Читаем Воспоминания полностью

Студент Кузьмин, сын зажиточного Пензенского помещика, молодец собою, одержим был страстию к карточной игре, выигрывал и проигрывал большие деньги, бросал их направо и налево и кончил тем, что, распроигравшись, пустил себе пулю в лоб. Когда я жил с Кокошкиным, случалось мне ходить в Малый Николо-Песковский переулок к Липецкой нашей знакомой, чтобы играть с нею а карты, Дарье Ивановне Ивановой, но у нее и у живших в соседстве, а потом переселившихся в собственный дом на самый край Донской улицы Головниных, я, разумеется, вел очень умеренную игру.

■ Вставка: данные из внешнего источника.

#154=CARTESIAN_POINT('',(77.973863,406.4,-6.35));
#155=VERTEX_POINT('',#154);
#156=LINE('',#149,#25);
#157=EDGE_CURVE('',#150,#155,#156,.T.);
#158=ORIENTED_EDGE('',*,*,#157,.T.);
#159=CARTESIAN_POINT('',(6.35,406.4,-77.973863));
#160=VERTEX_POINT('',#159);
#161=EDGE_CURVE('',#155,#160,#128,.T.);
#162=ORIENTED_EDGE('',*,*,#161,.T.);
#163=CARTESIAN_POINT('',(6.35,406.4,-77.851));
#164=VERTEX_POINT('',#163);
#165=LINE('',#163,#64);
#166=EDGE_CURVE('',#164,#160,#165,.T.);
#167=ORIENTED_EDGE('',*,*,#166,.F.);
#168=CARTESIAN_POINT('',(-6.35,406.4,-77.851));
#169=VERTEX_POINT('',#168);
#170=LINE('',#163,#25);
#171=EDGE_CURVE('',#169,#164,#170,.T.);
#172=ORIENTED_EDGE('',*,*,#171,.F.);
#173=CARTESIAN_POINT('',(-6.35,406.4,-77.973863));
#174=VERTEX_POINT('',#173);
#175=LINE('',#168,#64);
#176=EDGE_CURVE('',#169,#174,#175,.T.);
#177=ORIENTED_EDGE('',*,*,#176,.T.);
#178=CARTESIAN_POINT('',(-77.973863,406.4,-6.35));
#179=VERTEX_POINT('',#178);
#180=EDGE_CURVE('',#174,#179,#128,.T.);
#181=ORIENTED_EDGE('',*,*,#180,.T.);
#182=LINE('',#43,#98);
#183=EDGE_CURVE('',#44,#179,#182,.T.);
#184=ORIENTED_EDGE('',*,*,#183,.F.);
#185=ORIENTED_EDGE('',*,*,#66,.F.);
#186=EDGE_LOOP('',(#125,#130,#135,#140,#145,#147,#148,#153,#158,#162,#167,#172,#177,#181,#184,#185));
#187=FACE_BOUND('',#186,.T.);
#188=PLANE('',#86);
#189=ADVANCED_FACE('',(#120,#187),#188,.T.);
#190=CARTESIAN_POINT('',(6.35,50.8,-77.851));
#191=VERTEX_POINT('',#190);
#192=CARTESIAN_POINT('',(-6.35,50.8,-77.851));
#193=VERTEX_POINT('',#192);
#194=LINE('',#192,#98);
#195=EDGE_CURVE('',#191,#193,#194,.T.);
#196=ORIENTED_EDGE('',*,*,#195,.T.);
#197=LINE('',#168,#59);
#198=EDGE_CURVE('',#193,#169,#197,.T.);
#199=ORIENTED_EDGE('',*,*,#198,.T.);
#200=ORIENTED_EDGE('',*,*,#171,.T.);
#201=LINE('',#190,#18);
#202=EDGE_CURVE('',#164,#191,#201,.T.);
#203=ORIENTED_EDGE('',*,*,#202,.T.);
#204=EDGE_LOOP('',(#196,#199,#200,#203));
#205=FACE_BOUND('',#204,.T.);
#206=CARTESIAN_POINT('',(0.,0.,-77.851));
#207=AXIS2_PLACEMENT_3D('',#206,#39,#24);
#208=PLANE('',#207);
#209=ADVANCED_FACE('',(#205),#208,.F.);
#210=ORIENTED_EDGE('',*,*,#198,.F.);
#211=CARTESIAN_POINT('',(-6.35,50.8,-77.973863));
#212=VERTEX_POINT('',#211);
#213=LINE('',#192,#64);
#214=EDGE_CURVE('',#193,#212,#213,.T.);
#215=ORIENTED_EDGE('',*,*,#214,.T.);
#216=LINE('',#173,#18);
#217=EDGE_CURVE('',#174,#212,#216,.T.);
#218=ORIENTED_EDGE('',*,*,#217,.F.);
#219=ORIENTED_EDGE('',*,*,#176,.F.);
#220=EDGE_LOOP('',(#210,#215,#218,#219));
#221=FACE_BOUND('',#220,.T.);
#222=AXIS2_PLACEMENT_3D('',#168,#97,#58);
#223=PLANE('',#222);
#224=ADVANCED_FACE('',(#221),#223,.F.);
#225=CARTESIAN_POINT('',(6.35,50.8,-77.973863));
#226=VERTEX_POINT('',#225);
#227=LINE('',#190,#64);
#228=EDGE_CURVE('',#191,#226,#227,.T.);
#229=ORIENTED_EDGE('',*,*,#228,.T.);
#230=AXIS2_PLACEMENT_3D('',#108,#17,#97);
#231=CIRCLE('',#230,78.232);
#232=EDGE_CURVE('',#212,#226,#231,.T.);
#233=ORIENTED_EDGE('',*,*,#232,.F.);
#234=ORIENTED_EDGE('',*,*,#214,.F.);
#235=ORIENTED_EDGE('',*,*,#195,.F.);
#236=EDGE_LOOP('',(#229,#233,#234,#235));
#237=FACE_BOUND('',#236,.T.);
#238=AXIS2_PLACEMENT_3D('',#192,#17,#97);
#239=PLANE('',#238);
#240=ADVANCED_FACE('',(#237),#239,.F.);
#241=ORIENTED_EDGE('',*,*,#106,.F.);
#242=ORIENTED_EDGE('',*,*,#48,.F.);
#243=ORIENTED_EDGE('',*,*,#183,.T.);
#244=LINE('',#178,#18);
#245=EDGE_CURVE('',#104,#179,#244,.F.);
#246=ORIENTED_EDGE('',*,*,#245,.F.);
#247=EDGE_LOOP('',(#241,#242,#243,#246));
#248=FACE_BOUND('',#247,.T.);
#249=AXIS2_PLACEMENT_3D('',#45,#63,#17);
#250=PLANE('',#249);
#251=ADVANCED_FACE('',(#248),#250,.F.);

С Головниным связан я был еще дружбою не только моей матери и тетки, но деда и бабки Бурцевых. Михаил Яковлевич Головнин, старый моряк, человек, что называется, практический и умевший, как в своей маленькой комнате (которую он называл каютою), так и во всем доме устроить, чтобы всем было уютно, привязать меня к себе. Он души не чаял угодить супруге своей Марье Ильиничне (рожденной Малеевой), отец которой некогда служил вместе с моим отцом в Сибири, а мать ушла куда-то в монастырь, бросив ее на попечение тетке в Рязанской губернии. Марья Ильинична от природы была очень умна, но крайне избалована, привередлива и прибегала к придуманным недугам, чтобы настоять на своем. Вместо хозяйства и четырех детей она постоянно занималась богословскими книгами, для чего муж покупал ей много книг, на которых она делала карандашом свои пометки, и я к ним относился очень почтительно, а теперь они кажутся мне смешными. Дочь свою, милую Варвару Михайловну, не отпускал он от себя из дому по целым месяцам. Благочестивый Михаил Яковлевич к концу жизни стал ходить к обедне каждое утро два раза; и в промежутках посещал устроенное им на свои средства и совершенно честным образом училище для мальчиков. У него наверху, куда почти никто не ходил, стоял гроб и приготовленный саван, наменены гривенники с пятачками для раздачи на помин души. Когда я с его отпеванья пришел к ним в дом, супруга его, глядя на меня, улыбалась, указывая на мои не обсохшие от слез глаза. После этого я никогда больше у нее не бывал.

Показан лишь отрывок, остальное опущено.